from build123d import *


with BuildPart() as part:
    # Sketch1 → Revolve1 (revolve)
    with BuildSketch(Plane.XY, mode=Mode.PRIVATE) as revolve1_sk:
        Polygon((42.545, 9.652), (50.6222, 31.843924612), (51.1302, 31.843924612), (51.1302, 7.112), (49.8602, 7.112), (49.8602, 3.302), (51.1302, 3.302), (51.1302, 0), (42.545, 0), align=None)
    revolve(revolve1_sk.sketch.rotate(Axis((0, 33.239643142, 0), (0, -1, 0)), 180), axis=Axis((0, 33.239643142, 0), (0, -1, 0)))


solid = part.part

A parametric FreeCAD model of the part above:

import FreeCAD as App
import Part
import Sketcher
Q = App.Units.Quantity

doc = App.newDocument("Part")
body = doc.addObject("PartDesign::Body", "Body")

# Sketch on XY plane
sketch1 = body.newObject("Sketcher::SketchObject", "Sketch")
sketch1.AttachmentSupport = (doc.getObject("XY_Plane"), [""])
sketch1.MapMode = "FlatFace"
sketch1.addGeometry(Part.LineSegment(App.Vector(50.6, 31.8, 0), App.Vector(42.5, 9.7, 0)), False)
sketch1.addGeometry(Part.LineSegment(App.Vector(42.5, 9.7, 0), App.Vector(42.5, 0, 0)), False)
sketch1.addGeometry(Part.LineSegment(App.Vector(42.5, 0, 0), App.Vector(51.1, 0, 0)), False)
sketch1.addGeometry(Part.LineSegment(App.Vector(51.1, 0, 0), App.Vector(51.1, 3.3, 0)), False)
sketch1.addGeometry(Part.LineSegment(App.Vector(51.1, 3.3, 0), App.Vector(49.9, 3.3, 0)), False)
sketch1.addGeometry(Part.LineSegment(App.Vector(49.9, 3.3, 0), App.Vector(49.9, 7.1, 0)), False)
sketch1.addGeometry(Part.LineSegment(App.Vector(49.9, 7.1, 0), App.Vector(51.1, 7.1, 0)), False)
sketch1.addGeometry(Part.LineSegment(App.Vector(51.1, 7.1, 0), App.Vector(51.1, 31.8, 0)), False)
sketch1.addGeometry(Part.LineSegment(App.Vector(51.1, 31.8, 0), App.Vector(50.6, 31.8, 0)), False)
sketch1.addConstraint(Sketcher.Constraint("Coincident", 0, 2, 1, 1))
sketch1.addConstraint(Sketcher.Constraint("Coincident", 1, 2, 2, 1))
sketch1.addConstraint(Sketcher.Constraint("Coincident", 2, 2, 3, 1))
sketch1.addConstraint(Sketcher.Constraint("Coincident", 3, 2, 4, 1))
sketch1.addConstraint(Sketcher.Constraint("Coincident", 4, 2, 5, 1))
sketch1.addConstraint(Sketcher.Constraint("Coincident", 5, 2, 6, 1))
sketch1.addConstraint(Sketcher.Constraint("Coincident", 6, 2, 7, 1))
sketch1.addConstraint(Sketcher.Constraint("Coincident", 7, 2, 8, 1))
sketch1.addConstraint(Sketcher.Constraint("Coincident", 8, 2, 0, 1))
sketch1.addConstraint(Sketcher.Constraint("Vertical", 1))
sketch1.addConstraint(Sketcher.Constraint("Horizontal", 2))
sketch1.addConstraint(Sketcher.Constraint("Vertical", 3))
sketch1.addConstraint(Sketcher.Constraint("Horizontal", 4))
sketch1.addConstraint(Sketcher.Constraint("Vertical", 5))
sketch1.addConstraint(Sketcher.Constraint("Horizontal", 6))
sketch1.addConstraint(Sketcher.Constraint("Vertical", 7))
sketch1.addConstraint(Sketcher.Constraint("Horizontal", 8))
sketch1.addConstraint(Sketcher.Constraint("PointOnObject", 1, 2, -1))
sketch1.addConstraint(Sketcher.Constraint("Vertical", 3, 2, 6, 2))
sketch1.addConstraint(Sketcher.Constraint("Angle", 0, Q("-110 deg")))
sketch1.addConstraint(Sketcher.Constraint("DistanceX", 4, 2, 4, 1, Q("0.05 in")))
sketch1.addConstraint(Sketcher.Constraint("DistanceX", 8, 2, 8, 1, Q("0.02 in")))
sketch1.addConstraint(Sketcher.Constraint("DistanceY", 1, 2, 1, 1, Q("0.38 in")))
sketch1.addConstraint(Sketcher.Constraint("DistanceY", 3, 1, 3, 2, Q("0.13 in")))
sketch1.addConstraint(Sketcher.Constraint("DistanceY", 5, 1, 5, 2, Q("0.15 in")))
sketch1.addConstraint(Sketcher.Constraint("DistanceX", 2, 1, 2, 2, Q("0.338 in")))
sketch1.addConstraint(Sketcher.Constraint("DistanceX", -1, 1, 0, 2, Q("1.675 in")))
revolution = body.newObject("PartDesign::Revolution", "Revolution")
revolution.Profile = sketch1
revolution.ReferenceAxis = (sketch1, ["V_Axis"])
revolution.Angle = 360

doc.recompute()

◆ ◆ ◆

TRY IT: Write out the lines of the entries, word for word, from the first through the one containing "A parametric FreeCAD", and stop at that line.

WRITTEN ANSWER:
from build123d import *


with BuildPart() as part:
    # Sketch1 → Revolve1 (revolve)
    with BuildSketch(Plane.XY, mode=Mode.PRIVATE) as revolve1_sk:
        Polygon((42.545, 9.652), (50.6222, 31.843924612), (51.1302, 31.843924612), (51.1302, 7.112), (49.8602, 7.112), (49.8602, 3.302), (51.1302, 3.302), (51.1302, 0), (42.545, 0), align=None)
    revolve(revolve1_sk.sketch.rotate(Axis((0, 33.239643142, 0), (0, -1, 0)), 180), axis=Axis((0, 33.239643142, 0), (0, -1, 0)))


solid = part.part

A parametric FreeCAD model of the part above:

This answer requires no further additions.